Exercise goal - Here the job is to return only the lines of the material, exactly, from the first one to the line with "f 257 255 65".

Records provided -
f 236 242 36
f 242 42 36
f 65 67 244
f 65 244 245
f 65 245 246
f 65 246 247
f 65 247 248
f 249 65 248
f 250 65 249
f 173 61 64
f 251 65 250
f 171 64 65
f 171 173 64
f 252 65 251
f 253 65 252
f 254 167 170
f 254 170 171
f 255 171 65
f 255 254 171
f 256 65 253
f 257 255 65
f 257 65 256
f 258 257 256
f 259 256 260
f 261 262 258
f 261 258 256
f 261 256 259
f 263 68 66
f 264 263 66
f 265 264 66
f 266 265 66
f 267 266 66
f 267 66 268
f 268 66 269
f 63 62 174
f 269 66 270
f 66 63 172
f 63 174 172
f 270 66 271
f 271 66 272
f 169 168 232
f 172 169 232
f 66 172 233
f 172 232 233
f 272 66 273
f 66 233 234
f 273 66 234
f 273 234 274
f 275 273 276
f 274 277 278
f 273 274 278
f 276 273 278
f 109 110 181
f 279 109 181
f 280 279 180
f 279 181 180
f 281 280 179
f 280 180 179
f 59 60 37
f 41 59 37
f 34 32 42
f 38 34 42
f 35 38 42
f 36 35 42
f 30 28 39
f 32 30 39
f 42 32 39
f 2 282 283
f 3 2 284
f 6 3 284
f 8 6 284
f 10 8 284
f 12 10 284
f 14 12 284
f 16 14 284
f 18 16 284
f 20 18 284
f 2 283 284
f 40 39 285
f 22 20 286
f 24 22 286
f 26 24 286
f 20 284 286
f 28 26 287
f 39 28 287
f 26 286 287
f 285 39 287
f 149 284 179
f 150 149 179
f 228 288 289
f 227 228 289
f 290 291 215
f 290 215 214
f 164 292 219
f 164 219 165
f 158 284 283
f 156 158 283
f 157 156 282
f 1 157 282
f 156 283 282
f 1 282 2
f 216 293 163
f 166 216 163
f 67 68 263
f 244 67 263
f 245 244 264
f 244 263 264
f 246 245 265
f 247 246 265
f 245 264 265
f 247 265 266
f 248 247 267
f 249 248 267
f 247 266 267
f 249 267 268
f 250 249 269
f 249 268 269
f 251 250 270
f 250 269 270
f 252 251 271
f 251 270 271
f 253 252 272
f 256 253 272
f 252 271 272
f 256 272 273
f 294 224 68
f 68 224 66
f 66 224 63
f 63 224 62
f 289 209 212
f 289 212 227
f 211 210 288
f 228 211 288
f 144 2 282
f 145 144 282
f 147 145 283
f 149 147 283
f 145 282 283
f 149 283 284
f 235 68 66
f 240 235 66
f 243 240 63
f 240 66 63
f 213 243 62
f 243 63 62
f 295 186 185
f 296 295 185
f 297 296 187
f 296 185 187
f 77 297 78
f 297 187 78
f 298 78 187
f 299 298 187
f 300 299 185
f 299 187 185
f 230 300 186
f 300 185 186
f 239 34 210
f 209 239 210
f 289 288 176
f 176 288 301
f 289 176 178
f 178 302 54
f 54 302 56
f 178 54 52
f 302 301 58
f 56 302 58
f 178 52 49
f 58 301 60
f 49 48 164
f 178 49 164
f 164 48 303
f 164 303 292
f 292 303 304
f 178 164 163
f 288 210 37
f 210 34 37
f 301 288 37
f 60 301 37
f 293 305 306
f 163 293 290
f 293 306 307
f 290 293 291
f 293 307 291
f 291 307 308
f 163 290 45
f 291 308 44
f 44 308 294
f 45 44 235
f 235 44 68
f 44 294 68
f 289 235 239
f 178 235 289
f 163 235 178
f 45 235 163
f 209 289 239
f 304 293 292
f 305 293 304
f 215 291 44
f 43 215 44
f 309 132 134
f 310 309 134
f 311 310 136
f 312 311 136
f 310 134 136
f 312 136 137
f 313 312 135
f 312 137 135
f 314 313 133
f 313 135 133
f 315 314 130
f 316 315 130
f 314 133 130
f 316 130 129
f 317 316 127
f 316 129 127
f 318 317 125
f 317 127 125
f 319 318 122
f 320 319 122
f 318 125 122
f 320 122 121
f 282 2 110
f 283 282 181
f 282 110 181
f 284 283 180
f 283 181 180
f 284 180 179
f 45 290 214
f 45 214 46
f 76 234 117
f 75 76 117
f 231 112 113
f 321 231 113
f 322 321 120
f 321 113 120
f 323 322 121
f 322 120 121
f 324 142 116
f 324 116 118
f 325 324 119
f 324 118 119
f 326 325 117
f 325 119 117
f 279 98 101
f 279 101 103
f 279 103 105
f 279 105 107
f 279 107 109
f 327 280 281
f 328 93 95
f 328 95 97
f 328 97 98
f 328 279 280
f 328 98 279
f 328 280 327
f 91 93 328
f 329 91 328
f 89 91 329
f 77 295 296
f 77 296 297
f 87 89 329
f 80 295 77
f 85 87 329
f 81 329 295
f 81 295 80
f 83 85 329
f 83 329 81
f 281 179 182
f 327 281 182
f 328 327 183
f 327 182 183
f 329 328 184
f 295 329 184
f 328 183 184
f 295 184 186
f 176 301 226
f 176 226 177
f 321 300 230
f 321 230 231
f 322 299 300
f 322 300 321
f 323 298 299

Output of the task -
f 236 242 36
f 242 42 36
f 65 67 244
f 65 244 245
f 65 245 246
f 65 246 247
f 65 247 248
f 249 65 248
f 250 65 249
f 173 61 64
f 251 65 250
f 171 64 65
f 171 173 64
f 252 65 251
f 253 65 252
f 254 167 170
f 254 170 171
f 255 171 65
f 255 254 171
f 256 65 253
f 257 255 65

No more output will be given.